The painting was first shown at an independent gallery in London, which advertised it as “The Woman in White,” a reference to the popular Wilkie Collins novel of the same name. (The plot revolves around a mysterious woman who is revealed to be an asylum escapee.) But Whistler insisted that he had never read the book and that the painting “simply represents a girl dressed in white standing in front of a white curtain.”

That didn’t stop critics from trying to decode the work when it reappeared in Paris at the Salon des Refusés in 1863. Is the girl a bride or a fallen woman, they wondered. A sleepwalker or an apparition? A mad, flower-strewing Ophelia or a guilt-ridden Lady Macbeth? The identity of the model remained as inscrutable as the painting’s subject.
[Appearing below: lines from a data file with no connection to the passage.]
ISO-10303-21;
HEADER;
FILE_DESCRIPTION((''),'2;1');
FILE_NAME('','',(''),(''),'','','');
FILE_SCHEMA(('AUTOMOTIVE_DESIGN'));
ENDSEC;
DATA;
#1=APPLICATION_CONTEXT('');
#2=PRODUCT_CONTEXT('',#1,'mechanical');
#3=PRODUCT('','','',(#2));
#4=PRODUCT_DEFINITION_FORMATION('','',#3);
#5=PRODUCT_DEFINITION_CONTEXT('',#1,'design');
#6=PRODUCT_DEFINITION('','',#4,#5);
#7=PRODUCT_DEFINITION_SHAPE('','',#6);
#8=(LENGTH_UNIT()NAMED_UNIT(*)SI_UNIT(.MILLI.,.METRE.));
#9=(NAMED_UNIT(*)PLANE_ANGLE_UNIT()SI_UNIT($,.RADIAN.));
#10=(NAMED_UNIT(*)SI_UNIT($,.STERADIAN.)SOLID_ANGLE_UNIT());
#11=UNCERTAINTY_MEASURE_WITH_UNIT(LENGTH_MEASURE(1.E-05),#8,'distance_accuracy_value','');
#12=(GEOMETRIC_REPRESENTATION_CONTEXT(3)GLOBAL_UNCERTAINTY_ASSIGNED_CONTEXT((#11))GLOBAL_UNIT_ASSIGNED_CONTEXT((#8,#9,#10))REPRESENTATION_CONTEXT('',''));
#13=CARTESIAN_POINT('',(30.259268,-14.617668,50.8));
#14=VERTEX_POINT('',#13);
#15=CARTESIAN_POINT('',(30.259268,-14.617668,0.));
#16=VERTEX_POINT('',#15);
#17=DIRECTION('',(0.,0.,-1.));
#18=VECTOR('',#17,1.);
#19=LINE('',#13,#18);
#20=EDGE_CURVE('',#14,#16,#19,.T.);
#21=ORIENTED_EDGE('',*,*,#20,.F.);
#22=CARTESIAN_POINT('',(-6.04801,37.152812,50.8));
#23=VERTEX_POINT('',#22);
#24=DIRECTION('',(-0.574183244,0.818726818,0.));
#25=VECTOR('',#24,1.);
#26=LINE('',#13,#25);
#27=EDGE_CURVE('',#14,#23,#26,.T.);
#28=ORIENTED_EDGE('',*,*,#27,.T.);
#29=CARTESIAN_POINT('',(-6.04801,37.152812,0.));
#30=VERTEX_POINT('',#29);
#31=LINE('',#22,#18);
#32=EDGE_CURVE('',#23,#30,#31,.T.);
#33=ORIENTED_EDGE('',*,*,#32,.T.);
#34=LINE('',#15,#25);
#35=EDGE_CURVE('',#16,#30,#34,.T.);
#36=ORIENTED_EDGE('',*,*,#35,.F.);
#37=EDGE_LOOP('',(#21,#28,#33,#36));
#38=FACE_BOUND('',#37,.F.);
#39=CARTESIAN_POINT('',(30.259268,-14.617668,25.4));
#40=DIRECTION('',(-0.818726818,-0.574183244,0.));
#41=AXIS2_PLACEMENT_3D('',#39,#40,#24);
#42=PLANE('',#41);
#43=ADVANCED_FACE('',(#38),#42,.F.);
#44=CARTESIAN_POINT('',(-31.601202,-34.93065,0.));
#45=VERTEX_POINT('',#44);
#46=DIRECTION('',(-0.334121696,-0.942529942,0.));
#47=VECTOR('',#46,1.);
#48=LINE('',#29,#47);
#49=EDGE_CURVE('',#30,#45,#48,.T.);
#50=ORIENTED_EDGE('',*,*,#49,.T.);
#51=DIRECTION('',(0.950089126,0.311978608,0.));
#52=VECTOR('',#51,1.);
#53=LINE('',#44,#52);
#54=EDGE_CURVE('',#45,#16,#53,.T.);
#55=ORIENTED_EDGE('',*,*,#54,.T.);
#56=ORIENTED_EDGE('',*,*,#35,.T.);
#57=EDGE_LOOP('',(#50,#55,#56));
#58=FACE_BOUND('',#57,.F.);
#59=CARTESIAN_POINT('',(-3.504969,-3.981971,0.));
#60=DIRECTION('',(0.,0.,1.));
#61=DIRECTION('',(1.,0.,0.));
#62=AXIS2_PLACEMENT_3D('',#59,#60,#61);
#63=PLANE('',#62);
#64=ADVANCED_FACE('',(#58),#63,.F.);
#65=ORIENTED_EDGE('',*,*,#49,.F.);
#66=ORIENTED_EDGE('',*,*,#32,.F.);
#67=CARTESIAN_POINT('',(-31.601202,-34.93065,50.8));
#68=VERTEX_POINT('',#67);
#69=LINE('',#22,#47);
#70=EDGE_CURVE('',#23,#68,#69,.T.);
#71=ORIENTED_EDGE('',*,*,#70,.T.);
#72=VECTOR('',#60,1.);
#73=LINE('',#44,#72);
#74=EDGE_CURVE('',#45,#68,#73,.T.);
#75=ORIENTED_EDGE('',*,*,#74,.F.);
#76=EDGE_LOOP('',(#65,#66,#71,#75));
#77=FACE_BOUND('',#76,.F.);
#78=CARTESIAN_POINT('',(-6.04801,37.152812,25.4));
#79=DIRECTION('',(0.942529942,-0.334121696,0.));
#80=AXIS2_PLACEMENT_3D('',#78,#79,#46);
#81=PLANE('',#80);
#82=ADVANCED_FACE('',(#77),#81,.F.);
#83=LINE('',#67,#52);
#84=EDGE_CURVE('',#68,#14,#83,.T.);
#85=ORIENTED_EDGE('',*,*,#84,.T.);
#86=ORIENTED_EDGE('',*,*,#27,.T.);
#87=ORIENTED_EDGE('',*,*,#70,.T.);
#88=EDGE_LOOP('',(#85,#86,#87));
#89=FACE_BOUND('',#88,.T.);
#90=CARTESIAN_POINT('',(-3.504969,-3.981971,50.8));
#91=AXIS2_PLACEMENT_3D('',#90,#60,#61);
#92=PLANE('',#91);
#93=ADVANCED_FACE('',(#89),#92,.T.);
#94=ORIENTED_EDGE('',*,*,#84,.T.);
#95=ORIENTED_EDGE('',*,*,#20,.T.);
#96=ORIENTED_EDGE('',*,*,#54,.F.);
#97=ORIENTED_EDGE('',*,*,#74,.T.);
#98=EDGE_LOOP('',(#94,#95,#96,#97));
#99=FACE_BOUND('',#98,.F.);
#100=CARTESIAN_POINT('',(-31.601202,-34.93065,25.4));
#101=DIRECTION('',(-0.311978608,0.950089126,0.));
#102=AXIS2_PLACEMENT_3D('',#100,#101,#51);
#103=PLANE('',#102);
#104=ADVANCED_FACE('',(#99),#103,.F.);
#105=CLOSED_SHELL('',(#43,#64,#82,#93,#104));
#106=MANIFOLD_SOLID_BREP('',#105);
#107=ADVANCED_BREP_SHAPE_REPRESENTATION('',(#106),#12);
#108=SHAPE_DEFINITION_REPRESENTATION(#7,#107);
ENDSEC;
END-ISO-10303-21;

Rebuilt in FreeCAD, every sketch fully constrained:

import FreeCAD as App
import Part
import Sketcher
from FreeCAD import Vector
Q = App.Units.Quantity


def add_polygon(sketch, points):
    """Adds a closed chain of lines whose ends are joined by coincident constraints."""
    first, n = sketch.GeometryCount, len(points)
    for a, b in zip(points, points[1:] + points[:1]):
        sketch.addGeometry(Part.LineSegment(App.Vector(*a, 0), App.Vector(*b, 0)), False)
    for i in range(n):
        sketch.addConstraint(Sketcher.Constraint("Coincident", first + i, 2, first + (i + 1) % n, 1))

doc = App.newDocument("Part")
body = doc.addObject("PartDesign::Body", "Body")

# Sketch on XY plane
sketch1 = doc.addObject("Sketcher::SketchObject", "Sketch")
body.addObject(sketch1)
sketch1.AttachmentSupport = (doc.XY_Plane, [""])
sketch1.MapMode = "FlatFace"
add_polygon(sketch1, [(-6, 37), (-32, -35), (30, -15)])  # lines 0-2
sketch1.addConstraint(Sketcher.Constraint("Distance", 2, Q("63.232911 mm")))
sketch1.addConstraint(Sketcher.Constraint("DistanceY", 0, 2, -1, 1, Q("34.93065 mm")))
sketch1.addConstraint(Sketcher.Constraint("DistanceX", 2, 2, -1, 1, Q("6.04801 mm")))
sketch1.addConstraint(Sketcher.Constraint("DistanceY", -1, 1, 2, 2, Q("37.152812 mm")))
sketch1.addConstraint(Sketcher.Constraint("DistanceX", 0, 2, 1, 2, Q("61.86047 mm")))
sketch1.addConstraint(Sketcher.Constraint("DistanceY", 0, 2, 1, 2, Q("20.312982 mm")))
pad1 = doc.addObject("PartDesign::Pad", "Pad")
body.addObject(pad1)
pad1.Profile = sketch1
pad1.Length = Q("1 in")

# Sketch on XY plane
sketch2 = doc.addObject("Sketcher::SketchObject", "Sketch001")
body.addObject(sketch2)
sketch2.AttachmentSupport = (doc.XY_Plane, [""])
sketch2.MapMode = "FlatFace"
sketch2.AttachmentOffset = App.Placement(Vector(0, 0, 1 * 25.4), App.Rotation())
add_polygon(sketch2, [(-6, 37), (-32, -35), (30, -15)])  # lines 0-2
sketch2.addConstraint(Sketcher.Constraint("Distance", 2, Q("63.232911 mm")))
sketch2.addConstraint(Sketcher.Constraint("DistanceY", 0, 2, -1, 1, Q("34.93065 mm")))
sketch2.addConstraint(Sketcher.Constraint("DistanceX", 2, 2, -1, 1, Q("6.04801 mm")))
sketch2.addConstraint(Sketcher.Constraint("DistanceY", -1, 1, 2, 2, Q("37.152812 mm")))
sketch2.addConstraint(Sketcher.Constraint("DistanceX", 0, 2, 1, 2, Q("61.86047 mm")))
sketch2.addConstraint(Sketcher.Constraint("DistanceY", 0, 2, 1, 2, Q("20.312982 mm")))
pad2 = doc.addObject("PartDesign::Pad", "Pad001")
body.addObject(pad2)
pad2.Profile = sketch2
pad2.Length = Q("1 in")

doc.recompute()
The Woman in White: Joanna Hiffernan and James McNeill Whistler reflects a wider movement among historians to portray models as active collaborators in the artistic process rather than silent, passive muses. In recent exhibitions around the world, flame-haired “stunners” like Lizzie Siddal and Fanny Cornforth, the working-class women who posed for Dante Gabriel Rossetti and other Victorian painters, have gotten their due. Yet until now, Hiffernan’s life remained relatively unexamined.

Born in 1843 to a schoolmaster in Limerick, a four-year-old Hiffernan and her family were among the hundred thousand Irish who immigrated to London during the Famine. The conditions in the city, especially for the working poor, were hardly an improvement — records show that her youngest sibling died of malnutrition. By 1860, however, Hiffernan was living in her own studio apartment and likely earned decent wages as an artist’s model.

That year, aged twenty-one, she met Whistler, a twenty-six-year-old American painter. A West Point dropout, he had spent the last few years studying art in Paris, where he began to develop the idea that art should not rely on moral, historical or literary subjects. “As music is the poetry of sound,” he later wrote, “so is painting the poetry of sight, and the subject-matter has nothing to do with harmony of sound or of color.”

Whistler was struck by Hiffernan’s beauty and lively personality. The unmarried couple moved in together and embraced their status as outsiders, mixing with longshoremen and sailors, whom Whistler sketched and painted, and attended séances with Rossetti. Whistler trusted Hiffernan with a variety of business matters, and when he undertook a seven-month trip to Valparaíso, Chile, in 1866, he even gave her power of attorney.

Modeling itself was no easy task: the artist was famous for making his subjects work punishing hours. In Whistler’s case, it could also be life-threatening. To create the “Symphonies in White,” a trio of paintings including “The White Girl” that featured Hiffernan in a pale gown, he used large amounts of lead white paint. The toxic fumes made both of them so ill Rossetti, perhaps only half-jokingly, speculated it was lead poisoning that fueled the artist’s “combative” personality.

Whistler and Hiffernan’s romantic relationship deteriorated sometime in the late 1860s, and in 1870 he had a brief affair with a woman called Louisa Fanny Hanson, who bore him a son. (Whistler would later describe the child as an “infidelity to Jo.”) Hiffernan, now referred to as “Auntie Jo,” and her sister, Agnes, brought up the young Charlie Hanson. Hiffernan succumbed to bronchitis at the age of forty-four during a particularly bad winter in 1886, fading from the historical record as quickly as she appeared.

So, alas, further biographical information that might flesh out this “fiery” Jo is scarce. But if the visual evidence on view at the National Gallery is any indication, at least audiences can still rightly exclaim, as Whistler once did, “She has the most beautiful hair that you have ever seen!”